At this rate, I may be looking for more from this label.


----------



## kv466 (May 18, 2011)

Yeah, those are nice little bits that probably should have always been...as far as messing up your liner notes, just let them fall out if they don't want easily slip out...if that don't work, I'm you've taken them out the other end before...but, yeah, new packaging is always nice.


----------



## Vesteralen (Jul 14, 2011)

The little plastic ledge they seem to put between the edge of the plastic and the booklet generally prohibits the 'falling out', I find. Trying to get a fingernail between the plastic and the paper usually results in folding, and sometimes tearing, for me.

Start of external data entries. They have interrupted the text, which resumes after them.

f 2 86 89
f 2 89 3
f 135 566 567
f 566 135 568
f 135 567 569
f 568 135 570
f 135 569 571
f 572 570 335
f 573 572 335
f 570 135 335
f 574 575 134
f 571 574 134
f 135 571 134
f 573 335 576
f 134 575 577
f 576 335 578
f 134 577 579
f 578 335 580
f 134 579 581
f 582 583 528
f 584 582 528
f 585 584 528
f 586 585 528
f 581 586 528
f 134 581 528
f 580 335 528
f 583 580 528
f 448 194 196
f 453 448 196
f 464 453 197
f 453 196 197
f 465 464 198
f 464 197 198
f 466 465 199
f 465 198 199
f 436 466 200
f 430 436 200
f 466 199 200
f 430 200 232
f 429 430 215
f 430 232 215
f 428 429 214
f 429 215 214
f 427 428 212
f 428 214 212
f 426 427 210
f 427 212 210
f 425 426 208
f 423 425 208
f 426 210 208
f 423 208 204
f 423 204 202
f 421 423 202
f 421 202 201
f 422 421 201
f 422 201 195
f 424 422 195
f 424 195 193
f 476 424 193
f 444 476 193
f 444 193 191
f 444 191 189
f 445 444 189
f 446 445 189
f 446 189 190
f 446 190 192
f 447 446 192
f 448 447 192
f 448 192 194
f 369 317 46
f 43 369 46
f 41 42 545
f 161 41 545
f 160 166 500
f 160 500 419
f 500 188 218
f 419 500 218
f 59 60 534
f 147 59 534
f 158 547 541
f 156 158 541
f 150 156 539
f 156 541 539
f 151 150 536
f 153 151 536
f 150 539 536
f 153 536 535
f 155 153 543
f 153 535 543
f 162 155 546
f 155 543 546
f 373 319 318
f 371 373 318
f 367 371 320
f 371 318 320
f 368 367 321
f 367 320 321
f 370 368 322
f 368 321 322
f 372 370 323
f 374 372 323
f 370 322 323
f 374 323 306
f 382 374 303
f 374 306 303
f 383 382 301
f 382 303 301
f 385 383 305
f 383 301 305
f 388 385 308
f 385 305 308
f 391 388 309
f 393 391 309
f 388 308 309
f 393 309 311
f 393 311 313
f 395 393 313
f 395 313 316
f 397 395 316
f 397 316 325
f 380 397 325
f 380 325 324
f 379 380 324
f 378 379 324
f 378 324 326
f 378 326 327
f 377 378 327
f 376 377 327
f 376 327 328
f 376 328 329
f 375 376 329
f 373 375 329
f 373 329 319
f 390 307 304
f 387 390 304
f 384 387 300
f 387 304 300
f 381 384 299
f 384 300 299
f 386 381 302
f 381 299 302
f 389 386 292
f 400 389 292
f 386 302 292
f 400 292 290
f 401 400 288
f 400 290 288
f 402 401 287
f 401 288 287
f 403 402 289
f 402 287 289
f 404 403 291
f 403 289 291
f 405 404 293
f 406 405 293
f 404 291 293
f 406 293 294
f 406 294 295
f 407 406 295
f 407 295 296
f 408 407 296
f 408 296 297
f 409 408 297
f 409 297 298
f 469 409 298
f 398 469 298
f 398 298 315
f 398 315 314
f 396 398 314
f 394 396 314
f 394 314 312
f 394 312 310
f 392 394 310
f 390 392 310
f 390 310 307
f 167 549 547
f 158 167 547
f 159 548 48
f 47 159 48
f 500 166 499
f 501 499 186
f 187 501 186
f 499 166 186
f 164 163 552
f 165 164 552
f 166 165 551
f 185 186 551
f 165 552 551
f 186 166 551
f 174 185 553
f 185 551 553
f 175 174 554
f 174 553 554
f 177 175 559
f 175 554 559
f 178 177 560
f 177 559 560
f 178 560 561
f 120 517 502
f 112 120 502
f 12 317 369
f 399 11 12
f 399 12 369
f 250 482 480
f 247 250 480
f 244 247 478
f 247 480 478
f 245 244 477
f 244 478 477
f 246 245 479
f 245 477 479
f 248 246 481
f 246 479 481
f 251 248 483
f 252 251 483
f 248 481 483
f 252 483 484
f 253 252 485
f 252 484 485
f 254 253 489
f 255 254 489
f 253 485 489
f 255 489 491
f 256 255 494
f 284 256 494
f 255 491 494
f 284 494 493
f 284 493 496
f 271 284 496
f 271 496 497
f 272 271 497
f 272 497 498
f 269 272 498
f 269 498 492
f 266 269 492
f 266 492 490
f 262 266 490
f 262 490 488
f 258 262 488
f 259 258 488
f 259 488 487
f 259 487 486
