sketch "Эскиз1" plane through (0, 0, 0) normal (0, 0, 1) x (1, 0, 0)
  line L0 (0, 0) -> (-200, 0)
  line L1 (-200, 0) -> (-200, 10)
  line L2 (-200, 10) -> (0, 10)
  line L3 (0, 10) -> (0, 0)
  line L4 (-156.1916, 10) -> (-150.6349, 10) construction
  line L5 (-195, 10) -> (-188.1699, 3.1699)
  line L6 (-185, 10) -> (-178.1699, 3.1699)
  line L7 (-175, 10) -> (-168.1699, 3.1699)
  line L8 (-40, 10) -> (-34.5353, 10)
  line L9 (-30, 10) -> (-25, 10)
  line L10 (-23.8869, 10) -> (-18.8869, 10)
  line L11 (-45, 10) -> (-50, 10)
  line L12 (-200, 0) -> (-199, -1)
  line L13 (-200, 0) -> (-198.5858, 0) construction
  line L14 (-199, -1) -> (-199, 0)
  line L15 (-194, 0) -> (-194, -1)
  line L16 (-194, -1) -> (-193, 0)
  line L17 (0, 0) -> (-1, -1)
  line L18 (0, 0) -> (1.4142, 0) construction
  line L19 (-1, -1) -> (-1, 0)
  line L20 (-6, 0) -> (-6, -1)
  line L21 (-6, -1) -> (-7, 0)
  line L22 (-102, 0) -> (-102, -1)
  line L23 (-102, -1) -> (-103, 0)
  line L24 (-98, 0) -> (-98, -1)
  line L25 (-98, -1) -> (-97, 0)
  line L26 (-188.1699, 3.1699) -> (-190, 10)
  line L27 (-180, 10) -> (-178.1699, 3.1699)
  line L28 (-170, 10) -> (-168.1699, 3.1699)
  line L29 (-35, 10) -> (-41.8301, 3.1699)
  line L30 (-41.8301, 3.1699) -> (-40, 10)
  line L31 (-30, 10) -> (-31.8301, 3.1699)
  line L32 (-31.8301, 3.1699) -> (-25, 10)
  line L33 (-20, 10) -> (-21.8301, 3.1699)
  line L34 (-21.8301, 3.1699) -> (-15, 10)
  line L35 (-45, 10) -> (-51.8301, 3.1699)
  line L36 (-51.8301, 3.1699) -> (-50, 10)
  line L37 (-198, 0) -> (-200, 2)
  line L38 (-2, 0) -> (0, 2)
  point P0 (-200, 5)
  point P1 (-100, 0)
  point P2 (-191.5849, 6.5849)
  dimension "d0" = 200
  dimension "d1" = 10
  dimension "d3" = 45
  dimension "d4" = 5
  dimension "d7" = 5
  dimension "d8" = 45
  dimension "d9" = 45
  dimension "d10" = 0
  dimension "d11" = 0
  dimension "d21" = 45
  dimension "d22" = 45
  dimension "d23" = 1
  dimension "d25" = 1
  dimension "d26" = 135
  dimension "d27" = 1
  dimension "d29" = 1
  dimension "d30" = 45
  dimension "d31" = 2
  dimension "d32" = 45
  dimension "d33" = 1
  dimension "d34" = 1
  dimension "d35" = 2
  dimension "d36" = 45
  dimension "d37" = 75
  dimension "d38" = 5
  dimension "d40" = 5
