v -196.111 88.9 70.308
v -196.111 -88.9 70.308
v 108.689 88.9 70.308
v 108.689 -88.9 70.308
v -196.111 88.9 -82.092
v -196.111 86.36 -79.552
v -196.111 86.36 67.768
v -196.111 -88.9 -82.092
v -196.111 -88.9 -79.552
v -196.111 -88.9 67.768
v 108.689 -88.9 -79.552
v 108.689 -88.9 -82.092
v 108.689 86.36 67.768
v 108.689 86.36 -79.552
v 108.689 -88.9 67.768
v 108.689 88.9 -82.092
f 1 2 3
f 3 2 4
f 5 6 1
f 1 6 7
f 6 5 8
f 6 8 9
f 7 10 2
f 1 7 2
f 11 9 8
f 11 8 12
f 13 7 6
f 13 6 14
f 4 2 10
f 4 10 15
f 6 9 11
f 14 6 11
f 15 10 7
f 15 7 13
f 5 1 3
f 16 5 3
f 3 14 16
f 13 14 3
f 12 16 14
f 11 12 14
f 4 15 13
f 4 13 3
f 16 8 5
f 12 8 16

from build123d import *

# Parameters (mm, degrees)
F0_W     = 304.8
F0_H     = 152.4
F1_DEPTH = 88.9
F2_T     = -2.54


with BuildPart() as f1:
    # F0 (on Front) → F1 (new body, symmetric)
    with BuildSketch(Plane.XZ):
        with Locations((-43.711439, -5.892325)):
            Rectangle(F0_W, F0_H)
    extrude(amount=F1_DEPTH, both=True)

    # F2
    f2_openings = [f1.faces().sort_by_distance(p)[0] for p in [
        (-43.711439, -88.9, -5.892325),
        (-196.111439, 0, -5.892325),
        (108.688561, 0, -5.892325),
    ]]
    offset(amount=F2_T, openings=f2_openings)


solid = f1.part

If the booklet is thin enough, I can sometimes get it to bend out from the top or bottom, but the staples on the spine often make that bend a little harder than bending the other way. 

All this was reminding me of something else relative to booklets. I don't know how many people here were around when CDs were first introduced. I was reluctant to convert my record collection over from LPs to CDs, so I resisted it for years. But, a friend of mine who got into CDs right away showed me the booklets that came with some of the first CDs he purchased. Not only were the notes very extensive compared to LP liner notes, they contained digital tracking numbers and written out parts of the score so the listener could identify themes as they listened.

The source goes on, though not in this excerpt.